US, 1945, 35mm, 87 min.
Print source: UCLA

Shakespeare is given the Hardy Boys treatment by Edgar Ulmer in his liberal transformation of Hamlet into an All-American college freshman home from school who is inspired by weird nightmares to investigate the mysterious death of his father, the town’s prominent judge. Among the legendary Poverty Row studio Producers Releasing Company’s more ambitious projects, Strange Illusion was originally intended for Joseph H. Lewis but ultimately assigned to the equally adept stylist Ulmer, who released ample fog and modernist angles to give eerie atmospherics to the film, beginning with its evocative dream sequence opening.

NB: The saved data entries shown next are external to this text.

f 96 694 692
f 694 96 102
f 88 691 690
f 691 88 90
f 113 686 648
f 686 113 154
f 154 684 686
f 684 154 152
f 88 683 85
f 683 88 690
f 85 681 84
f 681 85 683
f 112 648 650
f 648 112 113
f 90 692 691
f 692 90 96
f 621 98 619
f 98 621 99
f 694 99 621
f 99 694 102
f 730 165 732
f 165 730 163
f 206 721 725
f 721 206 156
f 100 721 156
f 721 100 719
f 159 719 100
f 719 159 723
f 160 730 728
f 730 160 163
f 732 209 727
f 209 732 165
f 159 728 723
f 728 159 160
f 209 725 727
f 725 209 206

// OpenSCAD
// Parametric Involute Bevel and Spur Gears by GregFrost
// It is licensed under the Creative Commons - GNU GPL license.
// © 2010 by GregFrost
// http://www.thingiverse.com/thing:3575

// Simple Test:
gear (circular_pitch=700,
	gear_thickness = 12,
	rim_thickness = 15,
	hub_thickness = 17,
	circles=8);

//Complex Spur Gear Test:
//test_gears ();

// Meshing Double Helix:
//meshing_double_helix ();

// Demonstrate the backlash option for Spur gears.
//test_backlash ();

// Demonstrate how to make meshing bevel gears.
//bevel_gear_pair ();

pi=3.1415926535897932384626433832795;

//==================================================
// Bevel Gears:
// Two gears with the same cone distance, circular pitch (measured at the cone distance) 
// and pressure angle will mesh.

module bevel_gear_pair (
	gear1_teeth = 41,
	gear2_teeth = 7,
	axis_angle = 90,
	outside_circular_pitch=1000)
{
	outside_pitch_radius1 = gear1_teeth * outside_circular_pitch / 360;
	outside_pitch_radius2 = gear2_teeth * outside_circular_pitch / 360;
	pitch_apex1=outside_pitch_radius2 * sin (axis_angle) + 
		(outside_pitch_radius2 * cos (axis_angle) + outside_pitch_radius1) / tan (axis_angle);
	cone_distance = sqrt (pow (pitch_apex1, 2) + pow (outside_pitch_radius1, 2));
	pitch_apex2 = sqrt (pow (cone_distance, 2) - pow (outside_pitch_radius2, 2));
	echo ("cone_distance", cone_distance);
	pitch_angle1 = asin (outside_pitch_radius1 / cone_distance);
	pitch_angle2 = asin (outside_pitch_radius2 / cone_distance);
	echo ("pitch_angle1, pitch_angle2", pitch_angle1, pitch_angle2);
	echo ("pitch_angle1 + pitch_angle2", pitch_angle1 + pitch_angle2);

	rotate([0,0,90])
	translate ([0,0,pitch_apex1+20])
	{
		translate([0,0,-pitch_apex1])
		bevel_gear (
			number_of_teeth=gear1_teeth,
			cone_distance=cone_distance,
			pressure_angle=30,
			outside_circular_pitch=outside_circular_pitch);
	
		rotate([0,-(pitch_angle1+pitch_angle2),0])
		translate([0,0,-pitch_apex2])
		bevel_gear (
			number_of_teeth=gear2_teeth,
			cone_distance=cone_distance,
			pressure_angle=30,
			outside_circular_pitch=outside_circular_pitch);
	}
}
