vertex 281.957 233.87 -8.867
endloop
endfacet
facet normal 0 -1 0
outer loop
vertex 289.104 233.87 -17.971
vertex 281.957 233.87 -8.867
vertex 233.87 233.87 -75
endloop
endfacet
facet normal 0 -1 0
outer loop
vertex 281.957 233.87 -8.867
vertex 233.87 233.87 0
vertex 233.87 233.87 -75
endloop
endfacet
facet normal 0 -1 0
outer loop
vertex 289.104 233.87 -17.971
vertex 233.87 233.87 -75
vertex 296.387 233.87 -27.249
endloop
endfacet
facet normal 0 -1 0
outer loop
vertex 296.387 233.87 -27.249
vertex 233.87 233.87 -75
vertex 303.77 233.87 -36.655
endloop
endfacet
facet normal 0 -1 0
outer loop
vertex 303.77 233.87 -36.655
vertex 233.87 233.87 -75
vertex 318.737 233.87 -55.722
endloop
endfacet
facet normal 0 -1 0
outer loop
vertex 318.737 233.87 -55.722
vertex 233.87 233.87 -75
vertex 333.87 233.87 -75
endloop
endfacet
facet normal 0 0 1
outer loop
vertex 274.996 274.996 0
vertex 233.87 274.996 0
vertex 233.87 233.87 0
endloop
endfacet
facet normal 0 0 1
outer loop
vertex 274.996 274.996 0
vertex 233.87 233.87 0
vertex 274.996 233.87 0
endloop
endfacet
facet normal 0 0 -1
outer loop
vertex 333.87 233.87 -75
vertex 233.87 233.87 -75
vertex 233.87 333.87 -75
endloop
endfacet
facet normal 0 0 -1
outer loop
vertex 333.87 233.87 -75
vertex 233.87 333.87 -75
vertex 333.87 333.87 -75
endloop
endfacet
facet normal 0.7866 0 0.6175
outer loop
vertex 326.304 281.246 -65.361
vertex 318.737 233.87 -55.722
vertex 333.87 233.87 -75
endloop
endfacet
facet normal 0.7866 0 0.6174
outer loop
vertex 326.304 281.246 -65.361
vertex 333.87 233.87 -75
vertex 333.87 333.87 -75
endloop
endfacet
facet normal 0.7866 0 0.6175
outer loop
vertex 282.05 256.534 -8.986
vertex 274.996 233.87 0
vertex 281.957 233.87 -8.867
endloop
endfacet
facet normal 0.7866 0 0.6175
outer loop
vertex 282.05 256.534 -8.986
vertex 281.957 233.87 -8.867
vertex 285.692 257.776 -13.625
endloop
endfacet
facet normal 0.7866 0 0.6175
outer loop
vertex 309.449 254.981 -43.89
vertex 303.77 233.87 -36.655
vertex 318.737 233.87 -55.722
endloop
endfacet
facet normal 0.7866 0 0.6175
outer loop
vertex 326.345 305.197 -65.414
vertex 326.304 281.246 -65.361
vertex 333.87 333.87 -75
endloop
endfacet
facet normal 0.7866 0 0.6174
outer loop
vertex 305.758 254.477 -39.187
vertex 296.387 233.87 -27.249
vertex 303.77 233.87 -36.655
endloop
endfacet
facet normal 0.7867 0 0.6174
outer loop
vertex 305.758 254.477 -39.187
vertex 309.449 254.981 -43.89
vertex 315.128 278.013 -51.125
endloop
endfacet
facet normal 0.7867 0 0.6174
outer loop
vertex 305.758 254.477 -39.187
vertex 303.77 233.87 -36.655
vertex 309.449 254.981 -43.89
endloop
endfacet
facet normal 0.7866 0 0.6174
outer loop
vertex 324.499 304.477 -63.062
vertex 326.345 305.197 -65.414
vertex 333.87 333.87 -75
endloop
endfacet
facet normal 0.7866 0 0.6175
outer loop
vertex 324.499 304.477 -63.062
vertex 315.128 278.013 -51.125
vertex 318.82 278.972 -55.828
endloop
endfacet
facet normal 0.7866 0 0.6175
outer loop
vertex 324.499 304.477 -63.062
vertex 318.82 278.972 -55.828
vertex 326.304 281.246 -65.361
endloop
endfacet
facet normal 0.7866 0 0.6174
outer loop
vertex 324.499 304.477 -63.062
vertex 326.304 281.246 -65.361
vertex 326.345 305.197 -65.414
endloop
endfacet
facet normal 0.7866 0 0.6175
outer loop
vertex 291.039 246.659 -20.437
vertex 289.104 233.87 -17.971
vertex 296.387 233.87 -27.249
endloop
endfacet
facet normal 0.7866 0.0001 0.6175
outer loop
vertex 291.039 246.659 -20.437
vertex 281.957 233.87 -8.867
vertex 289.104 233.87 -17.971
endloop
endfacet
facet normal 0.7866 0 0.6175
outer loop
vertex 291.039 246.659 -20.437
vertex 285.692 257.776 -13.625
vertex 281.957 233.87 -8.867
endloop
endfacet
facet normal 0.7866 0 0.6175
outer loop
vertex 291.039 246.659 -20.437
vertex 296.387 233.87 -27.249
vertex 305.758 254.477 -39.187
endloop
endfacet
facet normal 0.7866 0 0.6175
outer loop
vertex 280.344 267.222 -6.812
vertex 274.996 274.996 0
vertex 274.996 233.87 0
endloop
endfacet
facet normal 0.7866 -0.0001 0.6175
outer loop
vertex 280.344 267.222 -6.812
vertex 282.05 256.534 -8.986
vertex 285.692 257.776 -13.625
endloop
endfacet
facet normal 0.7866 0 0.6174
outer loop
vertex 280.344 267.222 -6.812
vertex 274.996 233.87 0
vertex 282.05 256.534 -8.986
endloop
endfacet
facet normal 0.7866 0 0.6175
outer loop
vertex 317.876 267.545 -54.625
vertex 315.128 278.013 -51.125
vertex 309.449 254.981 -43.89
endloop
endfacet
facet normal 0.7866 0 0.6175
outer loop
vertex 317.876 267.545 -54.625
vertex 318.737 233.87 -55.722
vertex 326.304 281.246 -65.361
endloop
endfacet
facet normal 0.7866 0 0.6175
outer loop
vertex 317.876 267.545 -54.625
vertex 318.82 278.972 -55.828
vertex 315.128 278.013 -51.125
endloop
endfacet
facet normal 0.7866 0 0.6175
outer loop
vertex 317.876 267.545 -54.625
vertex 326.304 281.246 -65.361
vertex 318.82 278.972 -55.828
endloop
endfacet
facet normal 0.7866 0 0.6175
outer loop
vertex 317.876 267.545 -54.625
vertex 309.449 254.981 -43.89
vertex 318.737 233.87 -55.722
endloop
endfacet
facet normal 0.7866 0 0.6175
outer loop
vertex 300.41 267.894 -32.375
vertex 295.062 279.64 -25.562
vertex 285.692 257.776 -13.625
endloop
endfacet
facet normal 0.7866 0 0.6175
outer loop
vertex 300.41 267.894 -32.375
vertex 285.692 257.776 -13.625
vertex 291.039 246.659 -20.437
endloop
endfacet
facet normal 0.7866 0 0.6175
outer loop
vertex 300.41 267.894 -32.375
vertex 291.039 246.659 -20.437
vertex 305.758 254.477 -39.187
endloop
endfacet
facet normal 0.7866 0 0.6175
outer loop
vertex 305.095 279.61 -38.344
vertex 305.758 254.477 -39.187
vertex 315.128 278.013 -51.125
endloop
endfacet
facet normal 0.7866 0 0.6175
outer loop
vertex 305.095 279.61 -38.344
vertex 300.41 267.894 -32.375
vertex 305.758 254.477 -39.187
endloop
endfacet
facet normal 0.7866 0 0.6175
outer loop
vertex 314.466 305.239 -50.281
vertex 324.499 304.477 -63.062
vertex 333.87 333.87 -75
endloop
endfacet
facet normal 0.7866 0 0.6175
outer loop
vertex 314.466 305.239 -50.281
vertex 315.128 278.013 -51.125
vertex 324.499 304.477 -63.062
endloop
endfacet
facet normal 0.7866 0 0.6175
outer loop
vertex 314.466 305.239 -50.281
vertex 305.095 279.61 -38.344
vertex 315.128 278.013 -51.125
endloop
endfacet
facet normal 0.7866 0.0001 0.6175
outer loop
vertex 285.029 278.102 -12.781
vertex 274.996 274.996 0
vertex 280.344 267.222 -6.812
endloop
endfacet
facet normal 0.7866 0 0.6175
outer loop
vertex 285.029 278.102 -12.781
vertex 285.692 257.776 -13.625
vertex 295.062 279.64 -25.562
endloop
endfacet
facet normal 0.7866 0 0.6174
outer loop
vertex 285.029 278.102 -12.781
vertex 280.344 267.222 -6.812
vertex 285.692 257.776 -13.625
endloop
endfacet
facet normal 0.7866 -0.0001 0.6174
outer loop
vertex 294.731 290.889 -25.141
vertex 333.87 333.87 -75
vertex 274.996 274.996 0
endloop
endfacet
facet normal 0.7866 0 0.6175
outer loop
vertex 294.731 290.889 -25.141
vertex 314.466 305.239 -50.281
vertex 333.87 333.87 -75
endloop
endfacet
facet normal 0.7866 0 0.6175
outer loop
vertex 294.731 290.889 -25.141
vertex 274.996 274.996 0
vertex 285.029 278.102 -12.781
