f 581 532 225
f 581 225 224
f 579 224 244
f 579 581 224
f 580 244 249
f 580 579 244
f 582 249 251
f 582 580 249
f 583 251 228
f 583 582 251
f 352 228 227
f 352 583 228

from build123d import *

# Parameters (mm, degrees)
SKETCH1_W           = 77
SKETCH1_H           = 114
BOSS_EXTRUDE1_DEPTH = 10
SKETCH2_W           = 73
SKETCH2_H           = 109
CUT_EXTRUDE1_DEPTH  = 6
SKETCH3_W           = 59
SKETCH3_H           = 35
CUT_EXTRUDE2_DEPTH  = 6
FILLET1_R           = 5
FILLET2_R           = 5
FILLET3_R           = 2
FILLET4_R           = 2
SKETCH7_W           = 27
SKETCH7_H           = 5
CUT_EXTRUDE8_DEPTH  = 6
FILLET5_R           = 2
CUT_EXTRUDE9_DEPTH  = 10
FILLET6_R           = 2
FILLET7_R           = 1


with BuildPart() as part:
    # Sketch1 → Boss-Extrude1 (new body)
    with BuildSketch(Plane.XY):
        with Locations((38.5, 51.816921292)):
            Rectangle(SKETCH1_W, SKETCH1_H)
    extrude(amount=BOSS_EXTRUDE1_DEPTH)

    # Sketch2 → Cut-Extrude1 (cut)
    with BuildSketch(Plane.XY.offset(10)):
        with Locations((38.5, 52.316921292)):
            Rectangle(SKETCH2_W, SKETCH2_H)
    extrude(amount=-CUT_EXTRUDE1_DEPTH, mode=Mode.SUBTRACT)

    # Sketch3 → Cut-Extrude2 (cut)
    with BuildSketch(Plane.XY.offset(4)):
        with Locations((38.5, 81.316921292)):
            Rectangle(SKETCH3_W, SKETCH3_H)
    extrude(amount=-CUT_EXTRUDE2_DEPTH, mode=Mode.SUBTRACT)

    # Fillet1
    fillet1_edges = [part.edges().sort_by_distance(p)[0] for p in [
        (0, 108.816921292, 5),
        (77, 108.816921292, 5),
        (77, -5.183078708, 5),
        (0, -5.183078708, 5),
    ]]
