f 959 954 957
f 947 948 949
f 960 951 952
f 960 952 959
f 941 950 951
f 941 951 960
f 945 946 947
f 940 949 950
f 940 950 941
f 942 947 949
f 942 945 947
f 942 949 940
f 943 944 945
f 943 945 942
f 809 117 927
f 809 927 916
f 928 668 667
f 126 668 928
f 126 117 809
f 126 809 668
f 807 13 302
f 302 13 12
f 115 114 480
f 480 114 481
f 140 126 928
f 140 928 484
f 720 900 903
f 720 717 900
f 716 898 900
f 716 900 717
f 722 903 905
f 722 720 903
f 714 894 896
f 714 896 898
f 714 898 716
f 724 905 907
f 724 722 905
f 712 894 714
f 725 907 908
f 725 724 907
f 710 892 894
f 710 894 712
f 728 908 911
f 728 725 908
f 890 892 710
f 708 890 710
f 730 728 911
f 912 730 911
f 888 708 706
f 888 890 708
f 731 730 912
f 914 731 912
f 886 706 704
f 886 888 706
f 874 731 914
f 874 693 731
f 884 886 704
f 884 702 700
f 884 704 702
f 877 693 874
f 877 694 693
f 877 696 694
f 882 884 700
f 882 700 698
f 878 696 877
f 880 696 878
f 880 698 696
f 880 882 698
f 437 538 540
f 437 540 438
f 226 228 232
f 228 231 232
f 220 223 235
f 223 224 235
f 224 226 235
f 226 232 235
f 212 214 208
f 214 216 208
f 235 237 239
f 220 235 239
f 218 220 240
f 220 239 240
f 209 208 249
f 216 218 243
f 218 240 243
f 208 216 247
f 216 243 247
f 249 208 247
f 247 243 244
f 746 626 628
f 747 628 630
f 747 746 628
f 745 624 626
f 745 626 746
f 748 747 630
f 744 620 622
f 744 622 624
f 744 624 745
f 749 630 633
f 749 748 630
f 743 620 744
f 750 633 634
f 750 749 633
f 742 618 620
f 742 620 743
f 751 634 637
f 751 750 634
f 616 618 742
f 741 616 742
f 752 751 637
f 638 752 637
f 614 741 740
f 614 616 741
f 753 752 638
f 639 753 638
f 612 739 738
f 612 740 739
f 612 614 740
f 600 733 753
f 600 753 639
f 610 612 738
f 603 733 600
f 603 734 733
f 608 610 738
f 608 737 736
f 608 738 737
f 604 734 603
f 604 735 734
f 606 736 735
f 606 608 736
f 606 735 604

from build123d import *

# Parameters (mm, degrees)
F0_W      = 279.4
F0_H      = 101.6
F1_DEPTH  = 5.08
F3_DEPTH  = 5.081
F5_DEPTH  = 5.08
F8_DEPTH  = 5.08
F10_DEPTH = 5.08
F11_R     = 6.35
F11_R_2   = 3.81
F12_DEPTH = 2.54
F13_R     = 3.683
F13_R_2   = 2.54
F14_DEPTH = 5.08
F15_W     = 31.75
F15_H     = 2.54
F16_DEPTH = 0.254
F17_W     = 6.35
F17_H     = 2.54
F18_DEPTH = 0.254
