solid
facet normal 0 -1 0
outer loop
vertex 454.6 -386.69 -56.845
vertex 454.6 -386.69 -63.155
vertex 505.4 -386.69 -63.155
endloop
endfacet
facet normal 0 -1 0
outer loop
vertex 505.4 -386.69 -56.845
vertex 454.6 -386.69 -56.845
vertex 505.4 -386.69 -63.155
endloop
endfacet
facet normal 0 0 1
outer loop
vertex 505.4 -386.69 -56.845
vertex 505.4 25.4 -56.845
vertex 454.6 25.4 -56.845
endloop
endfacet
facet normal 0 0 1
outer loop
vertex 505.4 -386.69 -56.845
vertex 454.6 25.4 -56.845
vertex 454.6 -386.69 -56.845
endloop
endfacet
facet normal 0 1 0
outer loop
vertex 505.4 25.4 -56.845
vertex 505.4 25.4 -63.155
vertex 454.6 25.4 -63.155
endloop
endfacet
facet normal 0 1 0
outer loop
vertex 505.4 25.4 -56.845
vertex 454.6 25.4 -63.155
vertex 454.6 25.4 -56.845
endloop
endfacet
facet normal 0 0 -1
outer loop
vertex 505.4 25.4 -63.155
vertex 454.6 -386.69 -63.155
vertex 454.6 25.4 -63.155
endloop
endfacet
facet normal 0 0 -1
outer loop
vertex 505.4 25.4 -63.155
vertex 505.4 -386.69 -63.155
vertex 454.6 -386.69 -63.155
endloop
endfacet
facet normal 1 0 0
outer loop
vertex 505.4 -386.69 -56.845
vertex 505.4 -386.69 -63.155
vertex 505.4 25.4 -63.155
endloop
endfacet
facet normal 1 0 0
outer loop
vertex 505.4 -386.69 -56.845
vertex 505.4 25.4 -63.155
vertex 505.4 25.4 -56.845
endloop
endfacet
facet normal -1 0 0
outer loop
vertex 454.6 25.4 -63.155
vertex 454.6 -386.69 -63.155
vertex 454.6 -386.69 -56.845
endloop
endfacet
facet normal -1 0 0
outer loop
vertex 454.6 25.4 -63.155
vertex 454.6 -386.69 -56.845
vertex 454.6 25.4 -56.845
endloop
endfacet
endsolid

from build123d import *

# Parameters (mm, degrees)
CROQUIS2_W              = 6.31
CROQUIS2_H              = 50.8
CROQUIS3_W              = 174.155
CROQUIS3_H              = 6.31
CORTAR_EXTRUIR1_DEPTH   = 70
CROQUIS4_W              = 6.31
CROQUIS4_H              = 50.8
SALIENTE_EXTRUIR1_DEPTH = 40
CROQUIS5_R              = 6.35
CORTAR_EXTRUIR2_DEPTH   = 10
CROQUIS6_W              = 50.8
CROQUIS6_H              = 6.31
SALIENTE_EXTRUIR2_DEPTH = 50.8
CROQUIS7_W              = 40
CROQUIS7_H              = 50.8
CORTAR_EXTRUIR3_DEPTH   = 10
CROQUIS9_W              = 337.555
CROQUIS9_H              = 50.8
CORTAR_EXTRUIR4_DEPTH   = 67


with BuildPart() as part:
    # Barrer1: sweep along a curve in space
    with BuildLine() as barrer1_path:
        Line((0, 0, 0), (171, 0, 0))
        Line((171, 0, 0), (171, 0, -60))
        Line((171, 0, -60), (480, 0, -60))
        Line((480, 0, -60), (480, -386.69, -60))
    # Croquis2 → Barrer1 (sweep)
    with BuildSketch(Plane(origin=(0, 0, 0), x_dir=(0, 0, -1), z_dir=(1, 0, 0))):
        Rectangle(CROQUIS2_W, CROQUIS2_H)
    sweep(path=barrer1_path.line, transition=Transition.RIGHT)

    # Croquis3 → Cortar-Extruir1 (cut)
    with BuildSketch(Plane.XZ.offset(25.4)):
        with Locations((87.0775, 0)):
            Rectangle(CROQUIS3_W, CROQUIS3_H)
    extrude(amount=-CORTAR_EXTRUIR1_DEPTH, mode=Mode.SUBTRACT)

    # Croquis4 → Saliente-Extruir1 (add)
    with BuildSketch(Plane.XY.offset(-56.845)):
        with Locations((457.755, -361.29)):
            Rectangle(CROQUIS4_W, CROQUIS4_H)
    extrude(amount=SALIENTE_EXTRUIR1_DEPTH)

    # Croquis5 → Cortar-Extruir2 (cut)
    with BuildSketch(Plane(origin=(460.91, 0, 0), x_dir=(0, 0, -1), z_dir=(1, 0, 0))):
        with Locations((34.155, -346.6)):
            Circle(CROQUIS5_R)
        with Locations((34.155, -378.6)):
            Circle(CROQUIS5_R)
    extrude(amount=-CORTAR_EXTRUIR2_DEPTH, mode=Mode.SUBTRACT)

    # Croquis6 → Saliente-Extruir2 (add)
    with BuildSketch(Plane.ZY.offset(-167.845)):
        with Locations((-28.555, 22.245)):
            Rectangle(CROQUIS6_W, CROQUIS6_H)
    extrude(amount=SALIENTE_EXTRUIR2_DEPTH)

    # Croquis7 → Cortar-Extruir3 (cut)
    with BuildSketch(Plane(origin=(460.91, 0, 0), x_dir=(0, 0, -1), z_dir=(1, 0, 0))):
        with Locations((36.845, -361.29)):
            Rectangle(CROQUIS7_W, CROQUIS7_H)
    extrude(amount=-CORTAR_EXTRUIR3_DEPTH, mode=Mode.SUBTRACT)

    # Croquis9 → Cortar-Extruir4 (cut)
    with BuildSketch(Plane(origin=(0, 0, -63.155), x_dir=(-1, 0, 0), z_dir=(0, 0, -1))):
        with Locations((-285.8225, 0)):
            Rectangle(CROQUIS9_W, CROQUIS9_H)
    extrude(amount=-CORTAR_EXTRUIR4_DEPTH, mode=Mode.SUBTRACT)


solid = part.part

A clear extension of his leading role as a Boy Scout detective in Paramount’s popular Henry Aldrich series, Jimmy Lydon’s Hamlet conveys a wide-eyed naiveté that cuts almost subversively against the feverishly Gothic Freudianism percolating throughout Strange Illusion. Meanwhile, the perennial villain Warren William lends his trademark lecherousness to the film’s Claudius, determined at all costs to seduce and destroy the wife of the judge and uber-father-figure who once convicted him.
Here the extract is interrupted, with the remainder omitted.